━━ EXERCISE MATERIALS

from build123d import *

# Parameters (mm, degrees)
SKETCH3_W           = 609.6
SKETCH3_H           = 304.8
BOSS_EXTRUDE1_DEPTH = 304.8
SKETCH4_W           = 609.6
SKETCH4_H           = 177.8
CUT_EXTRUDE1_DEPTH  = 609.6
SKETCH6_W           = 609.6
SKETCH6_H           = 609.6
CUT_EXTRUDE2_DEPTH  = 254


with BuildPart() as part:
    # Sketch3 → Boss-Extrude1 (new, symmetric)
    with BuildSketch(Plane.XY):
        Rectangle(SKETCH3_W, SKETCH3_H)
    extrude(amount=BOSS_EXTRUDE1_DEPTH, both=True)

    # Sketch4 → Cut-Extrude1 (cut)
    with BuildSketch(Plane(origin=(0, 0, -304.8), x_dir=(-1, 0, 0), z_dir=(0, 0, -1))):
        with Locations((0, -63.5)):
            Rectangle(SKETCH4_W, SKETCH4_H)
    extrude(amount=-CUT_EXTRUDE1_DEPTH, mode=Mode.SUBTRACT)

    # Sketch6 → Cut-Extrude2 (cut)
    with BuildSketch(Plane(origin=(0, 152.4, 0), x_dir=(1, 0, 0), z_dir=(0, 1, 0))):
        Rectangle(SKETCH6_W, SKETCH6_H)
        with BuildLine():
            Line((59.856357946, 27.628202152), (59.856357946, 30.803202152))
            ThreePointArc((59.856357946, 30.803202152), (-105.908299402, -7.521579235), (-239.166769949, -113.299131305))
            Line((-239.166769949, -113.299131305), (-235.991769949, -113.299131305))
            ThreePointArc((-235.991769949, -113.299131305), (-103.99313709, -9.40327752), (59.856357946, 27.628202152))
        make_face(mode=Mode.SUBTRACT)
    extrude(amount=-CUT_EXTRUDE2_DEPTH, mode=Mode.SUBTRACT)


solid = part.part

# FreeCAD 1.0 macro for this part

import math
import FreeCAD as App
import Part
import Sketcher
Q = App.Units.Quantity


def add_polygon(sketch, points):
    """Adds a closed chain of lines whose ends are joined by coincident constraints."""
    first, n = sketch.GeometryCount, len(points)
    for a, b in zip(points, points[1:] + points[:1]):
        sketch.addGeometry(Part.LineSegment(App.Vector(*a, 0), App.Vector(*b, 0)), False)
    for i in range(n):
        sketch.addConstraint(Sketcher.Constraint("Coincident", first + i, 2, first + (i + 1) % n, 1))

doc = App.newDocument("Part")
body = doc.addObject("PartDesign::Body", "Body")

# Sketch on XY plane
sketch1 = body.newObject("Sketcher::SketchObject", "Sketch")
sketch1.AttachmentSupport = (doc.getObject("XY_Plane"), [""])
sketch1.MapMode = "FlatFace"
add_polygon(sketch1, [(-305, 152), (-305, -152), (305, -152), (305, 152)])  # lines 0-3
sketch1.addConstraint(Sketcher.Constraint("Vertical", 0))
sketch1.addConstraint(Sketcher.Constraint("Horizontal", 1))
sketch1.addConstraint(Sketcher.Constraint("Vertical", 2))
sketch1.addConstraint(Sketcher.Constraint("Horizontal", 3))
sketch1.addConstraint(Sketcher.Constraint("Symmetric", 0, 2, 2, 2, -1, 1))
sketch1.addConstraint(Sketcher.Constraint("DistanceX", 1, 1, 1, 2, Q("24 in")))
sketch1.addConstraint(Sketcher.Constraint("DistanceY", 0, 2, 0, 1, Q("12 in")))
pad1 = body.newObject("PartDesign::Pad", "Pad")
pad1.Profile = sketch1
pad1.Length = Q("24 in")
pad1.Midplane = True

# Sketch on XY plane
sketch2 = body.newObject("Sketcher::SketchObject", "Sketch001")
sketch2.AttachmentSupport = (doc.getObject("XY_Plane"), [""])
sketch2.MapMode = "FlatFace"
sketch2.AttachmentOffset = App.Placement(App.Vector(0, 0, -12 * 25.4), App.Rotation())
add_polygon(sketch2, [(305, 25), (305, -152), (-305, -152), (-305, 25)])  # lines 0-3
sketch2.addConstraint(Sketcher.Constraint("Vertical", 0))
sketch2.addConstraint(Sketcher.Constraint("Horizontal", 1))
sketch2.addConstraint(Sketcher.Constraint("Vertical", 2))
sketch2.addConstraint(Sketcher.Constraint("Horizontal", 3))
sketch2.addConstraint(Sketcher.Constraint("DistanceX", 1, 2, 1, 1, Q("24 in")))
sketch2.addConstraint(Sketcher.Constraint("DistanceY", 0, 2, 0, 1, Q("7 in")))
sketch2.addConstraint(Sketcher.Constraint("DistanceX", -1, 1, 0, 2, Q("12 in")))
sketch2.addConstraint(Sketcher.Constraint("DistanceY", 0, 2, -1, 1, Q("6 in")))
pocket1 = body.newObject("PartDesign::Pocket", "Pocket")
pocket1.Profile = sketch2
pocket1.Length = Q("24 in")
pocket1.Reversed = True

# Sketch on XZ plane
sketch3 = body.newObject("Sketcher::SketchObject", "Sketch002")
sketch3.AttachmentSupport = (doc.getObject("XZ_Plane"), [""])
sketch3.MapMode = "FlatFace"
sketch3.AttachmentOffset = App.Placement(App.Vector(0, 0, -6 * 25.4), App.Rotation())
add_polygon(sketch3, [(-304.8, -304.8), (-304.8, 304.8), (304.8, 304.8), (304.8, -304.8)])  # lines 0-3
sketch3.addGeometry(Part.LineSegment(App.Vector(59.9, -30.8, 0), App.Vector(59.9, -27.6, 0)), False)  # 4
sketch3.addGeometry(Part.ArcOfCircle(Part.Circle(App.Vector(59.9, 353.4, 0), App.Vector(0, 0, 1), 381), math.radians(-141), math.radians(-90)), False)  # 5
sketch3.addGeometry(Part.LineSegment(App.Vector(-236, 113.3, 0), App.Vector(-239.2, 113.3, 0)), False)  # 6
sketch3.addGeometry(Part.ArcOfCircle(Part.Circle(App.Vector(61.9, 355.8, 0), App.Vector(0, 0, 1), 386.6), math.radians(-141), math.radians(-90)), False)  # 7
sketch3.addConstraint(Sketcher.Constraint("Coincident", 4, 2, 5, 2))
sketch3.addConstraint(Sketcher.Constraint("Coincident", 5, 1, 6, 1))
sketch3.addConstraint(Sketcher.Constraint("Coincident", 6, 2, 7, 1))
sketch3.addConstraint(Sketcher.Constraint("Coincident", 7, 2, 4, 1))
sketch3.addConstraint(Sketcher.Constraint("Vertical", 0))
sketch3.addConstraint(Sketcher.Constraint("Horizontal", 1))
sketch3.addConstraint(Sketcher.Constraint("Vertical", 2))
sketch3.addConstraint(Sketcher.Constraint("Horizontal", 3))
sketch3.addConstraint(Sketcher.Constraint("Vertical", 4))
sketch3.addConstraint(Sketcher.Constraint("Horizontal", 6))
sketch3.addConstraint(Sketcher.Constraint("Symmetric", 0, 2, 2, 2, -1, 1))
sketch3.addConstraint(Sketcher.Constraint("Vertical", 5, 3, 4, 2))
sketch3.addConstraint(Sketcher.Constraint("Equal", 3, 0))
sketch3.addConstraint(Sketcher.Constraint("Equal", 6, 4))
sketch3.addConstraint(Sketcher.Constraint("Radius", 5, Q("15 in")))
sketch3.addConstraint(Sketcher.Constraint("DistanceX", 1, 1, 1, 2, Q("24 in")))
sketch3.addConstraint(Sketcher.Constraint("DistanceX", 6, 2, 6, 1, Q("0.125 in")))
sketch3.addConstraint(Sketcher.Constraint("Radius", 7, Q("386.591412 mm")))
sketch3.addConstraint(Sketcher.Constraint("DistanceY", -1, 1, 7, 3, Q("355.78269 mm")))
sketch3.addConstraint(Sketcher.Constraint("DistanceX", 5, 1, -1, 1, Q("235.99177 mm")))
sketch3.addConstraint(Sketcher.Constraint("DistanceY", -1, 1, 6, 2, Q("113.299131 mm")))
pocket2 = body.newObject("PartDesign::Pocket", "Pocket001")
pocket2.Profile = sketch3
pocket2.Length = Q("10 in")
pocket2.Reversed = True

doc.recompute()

━━━━
━━ EXERCISE MATERIALS

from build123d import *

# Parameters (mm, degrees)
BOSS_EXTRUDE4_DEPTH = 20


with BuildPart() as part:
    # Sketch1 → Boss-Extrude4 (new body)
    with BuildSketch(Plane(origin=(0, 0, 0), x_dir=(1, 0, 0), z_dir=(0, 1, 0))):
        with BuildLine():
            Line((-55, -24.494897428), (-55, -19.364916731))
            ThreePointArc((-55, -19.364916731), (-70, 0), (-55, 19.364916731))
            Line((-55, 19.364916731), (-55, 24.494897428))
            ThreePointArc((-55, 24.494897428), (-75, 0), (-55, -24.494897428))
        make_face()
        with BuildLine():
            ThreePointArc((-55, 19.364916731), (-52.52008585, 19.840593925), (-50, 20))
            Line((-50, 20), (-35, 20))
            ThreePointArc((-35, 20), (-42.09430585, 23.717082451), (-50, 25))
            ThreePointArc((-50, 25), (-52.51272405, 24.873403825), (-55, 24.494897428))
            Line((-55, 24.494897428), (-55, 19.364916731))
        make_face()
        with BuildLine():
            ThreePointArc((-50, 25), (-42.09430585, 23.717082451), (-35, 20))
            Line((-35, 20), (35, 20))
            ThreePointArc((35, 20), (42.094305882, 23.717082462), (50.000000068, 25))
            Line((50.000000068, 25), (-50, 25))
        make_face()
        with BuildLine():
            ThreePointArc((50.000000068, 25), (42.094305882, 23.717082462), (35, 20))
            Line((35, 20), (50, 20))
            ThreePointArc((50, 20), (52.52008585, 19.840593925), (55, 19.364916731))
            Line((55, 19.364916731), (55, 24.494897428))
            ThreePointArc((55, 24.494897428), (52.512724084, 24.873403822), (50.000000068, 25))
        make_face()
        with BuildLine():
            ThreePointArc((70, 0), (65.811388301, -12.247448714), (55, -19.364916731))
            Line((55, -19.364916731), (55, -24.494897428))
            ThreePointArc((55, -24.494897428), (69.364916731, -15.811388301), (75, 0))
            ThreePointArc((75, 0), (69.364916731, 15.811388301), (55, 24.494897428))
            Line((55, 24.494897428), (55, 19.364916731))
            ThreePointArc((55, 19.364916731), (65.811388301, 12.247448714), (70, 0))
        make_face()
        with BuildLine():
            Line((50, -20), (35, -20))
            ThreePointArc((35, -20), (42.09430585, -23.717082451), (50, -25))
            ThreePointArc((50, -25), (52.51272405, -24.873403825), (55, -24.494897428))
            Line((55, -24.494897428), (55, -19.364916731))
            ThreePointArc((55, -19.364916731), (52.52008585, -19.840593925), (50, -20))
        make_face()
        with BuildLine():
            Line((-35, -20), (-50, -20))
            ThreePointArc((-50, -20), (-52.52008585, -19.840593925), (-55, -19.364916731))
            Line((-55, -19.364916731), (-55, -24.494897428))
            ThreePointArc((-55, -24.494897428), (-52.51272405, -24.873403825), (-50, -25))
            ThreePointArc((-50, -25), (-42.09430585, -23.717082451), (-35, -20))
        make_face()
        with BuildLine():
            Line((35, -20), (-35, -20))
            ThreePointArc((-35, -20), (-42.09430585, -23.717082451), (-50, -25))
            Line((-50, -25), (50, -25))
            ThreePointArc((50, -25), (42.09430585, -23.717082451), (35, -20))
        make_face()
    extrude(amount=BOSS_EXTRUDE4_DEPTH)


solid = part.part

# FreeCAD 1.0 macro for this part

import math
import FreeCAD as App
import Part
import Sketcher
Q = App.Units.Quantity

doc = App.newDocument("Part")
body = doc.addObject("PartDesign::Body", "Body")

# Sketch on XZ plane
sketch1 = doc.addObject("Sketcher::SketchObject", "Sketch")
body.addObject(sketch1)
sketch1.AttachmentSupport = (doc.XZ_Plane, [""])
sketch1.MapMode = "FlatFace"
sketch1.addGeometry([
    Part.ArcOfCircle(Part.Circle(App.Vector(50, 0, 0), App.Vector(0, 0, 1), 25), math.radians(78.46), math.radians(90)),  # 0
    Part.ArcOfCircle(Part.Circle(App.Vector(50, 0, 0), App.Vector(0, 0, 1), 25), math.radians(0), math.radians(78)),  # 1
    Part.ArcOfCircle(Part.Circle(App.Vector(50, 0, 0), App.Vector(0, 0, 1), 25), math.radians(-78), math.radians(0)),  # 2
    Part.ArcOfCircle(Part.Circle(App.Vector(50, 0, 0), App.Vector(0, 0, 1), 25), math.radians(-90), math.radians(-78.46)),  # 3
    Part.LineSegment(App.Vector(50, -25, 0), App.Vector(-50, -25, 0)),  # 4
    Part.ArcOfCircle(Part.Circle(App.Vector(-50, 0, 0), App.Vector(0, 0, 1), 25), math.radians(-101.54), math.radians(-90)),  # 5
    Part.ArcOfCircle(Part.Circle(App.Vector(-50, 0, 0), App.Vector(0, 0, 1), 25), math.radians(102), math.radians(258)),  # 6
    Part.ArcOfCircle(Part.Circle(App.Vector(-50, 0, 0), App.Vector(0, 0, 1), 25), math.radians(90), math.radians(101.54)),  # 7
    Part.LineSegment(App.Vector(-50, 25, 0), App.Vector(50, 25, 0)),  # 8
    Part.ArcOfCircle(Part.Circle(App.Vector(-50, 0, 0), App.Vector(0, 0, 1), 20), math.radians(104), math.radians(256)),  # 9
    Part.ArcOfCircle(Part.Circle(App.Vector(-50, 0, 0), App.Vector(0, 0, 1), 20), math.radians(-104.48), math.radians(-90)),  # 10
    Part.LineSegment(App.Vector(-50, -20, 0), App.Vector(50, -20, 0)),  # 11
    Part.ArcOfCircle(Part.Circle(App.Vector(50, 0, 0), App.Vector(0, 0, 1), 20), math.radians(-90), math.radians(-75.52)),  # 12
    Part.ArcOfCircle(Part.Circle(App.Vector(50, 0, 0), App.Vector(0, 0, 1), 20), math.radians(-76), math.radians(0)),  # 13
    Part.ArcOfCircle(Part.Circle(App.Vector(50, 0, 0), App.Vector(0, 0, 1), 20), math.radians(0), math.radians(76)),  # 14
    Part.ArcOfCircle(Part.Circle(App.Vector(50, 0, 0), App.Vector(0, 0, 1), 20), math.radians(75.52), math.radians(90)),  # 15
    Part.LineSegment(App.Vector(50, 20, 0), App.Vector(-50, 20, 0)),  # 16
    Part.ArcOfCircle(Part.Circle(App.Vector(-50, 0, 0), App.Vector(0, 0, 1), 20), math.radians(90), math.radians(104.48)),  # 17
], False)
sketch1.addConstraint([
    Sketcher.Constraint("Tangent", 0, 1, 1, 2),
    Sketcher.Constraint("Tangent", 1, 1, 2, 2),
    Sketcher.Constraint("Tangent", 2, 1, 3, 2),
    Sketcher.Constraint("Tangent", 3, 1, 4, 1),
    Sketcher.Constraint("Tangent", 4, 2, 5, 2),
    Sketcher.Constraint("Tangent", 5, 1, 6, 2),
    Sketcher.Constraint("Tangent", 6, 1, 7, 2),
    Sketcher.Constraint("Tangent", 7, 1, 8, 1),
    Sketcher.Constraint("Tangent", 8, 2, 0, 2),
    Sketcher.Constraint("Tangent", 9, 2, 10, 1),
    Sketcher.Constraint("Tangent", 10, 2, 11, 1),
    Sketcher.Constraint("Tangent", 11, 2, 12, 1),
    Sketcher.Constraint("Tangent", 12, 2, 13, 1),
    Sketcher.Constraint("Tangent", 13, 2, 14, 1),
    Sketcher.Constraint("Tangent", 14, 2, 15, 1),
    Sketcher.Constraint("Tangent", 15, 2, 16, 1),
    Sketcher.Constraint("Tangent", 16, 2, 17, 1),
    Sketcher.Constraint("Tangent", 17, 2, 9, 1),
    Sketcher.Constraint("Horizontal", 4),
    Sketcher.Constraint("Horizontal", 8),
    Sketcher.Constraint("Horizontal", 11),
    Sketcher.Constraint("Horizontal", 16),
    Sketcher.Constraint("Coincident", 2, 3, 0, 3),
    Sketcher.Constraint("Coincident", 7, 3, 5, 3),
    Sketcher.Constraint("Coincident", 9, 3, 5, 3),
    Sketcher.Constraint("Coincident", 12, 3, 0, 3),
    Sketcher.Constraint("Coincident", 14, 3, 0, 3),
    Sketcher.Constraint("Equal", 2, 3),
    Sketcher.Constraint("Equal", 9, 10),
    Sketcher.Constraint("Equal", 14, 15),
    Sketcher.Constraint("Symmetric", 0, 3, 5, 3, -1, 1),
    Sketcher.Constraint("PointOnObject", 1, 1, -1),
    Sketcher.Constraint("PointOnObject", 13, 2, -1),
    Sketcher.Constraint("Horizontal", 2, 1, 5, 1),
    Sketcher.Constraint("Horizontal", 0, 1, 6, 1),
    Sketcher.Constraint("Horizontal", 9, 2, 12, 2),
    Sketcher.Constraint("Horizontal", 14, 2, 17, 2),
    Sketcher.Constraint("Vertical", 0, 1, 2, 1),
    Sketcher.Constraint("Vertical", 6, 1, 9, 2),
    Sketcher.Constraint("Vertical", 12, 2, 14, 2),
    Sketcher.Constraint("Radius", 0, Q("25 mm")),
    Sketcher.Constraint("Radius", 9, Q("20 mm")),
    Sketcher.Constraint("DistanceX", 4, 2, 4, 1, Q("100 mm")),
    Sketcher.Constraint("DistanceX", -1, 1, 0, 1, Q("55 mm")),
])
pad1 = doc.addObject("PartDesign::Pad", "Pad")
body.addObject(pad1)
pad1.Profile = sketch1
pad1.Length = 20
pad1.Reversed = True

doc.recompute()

━━━━

## DIRECTIONS
Among the lines of the data above, find those with the word "BuildSketch" and show them.

## ANSWER SPACE
    with BuildSketch(Plane.XY):
    with BuildSketch(Plane(origin=(0, 0, -304.8), x_dir=(-1, 0, 0), z_dir=(0, 0, -1))):
    with BuildSketch(Plane(origin=(0, 152.4, 0), x_dir=(1, 0, 0), z_dir=(0, 1, 0))):
    with BuildSketch(Plane(origin=(0, 0, 0), x_dir=(1, 0, 0), z_dir=(0, 1, 0))):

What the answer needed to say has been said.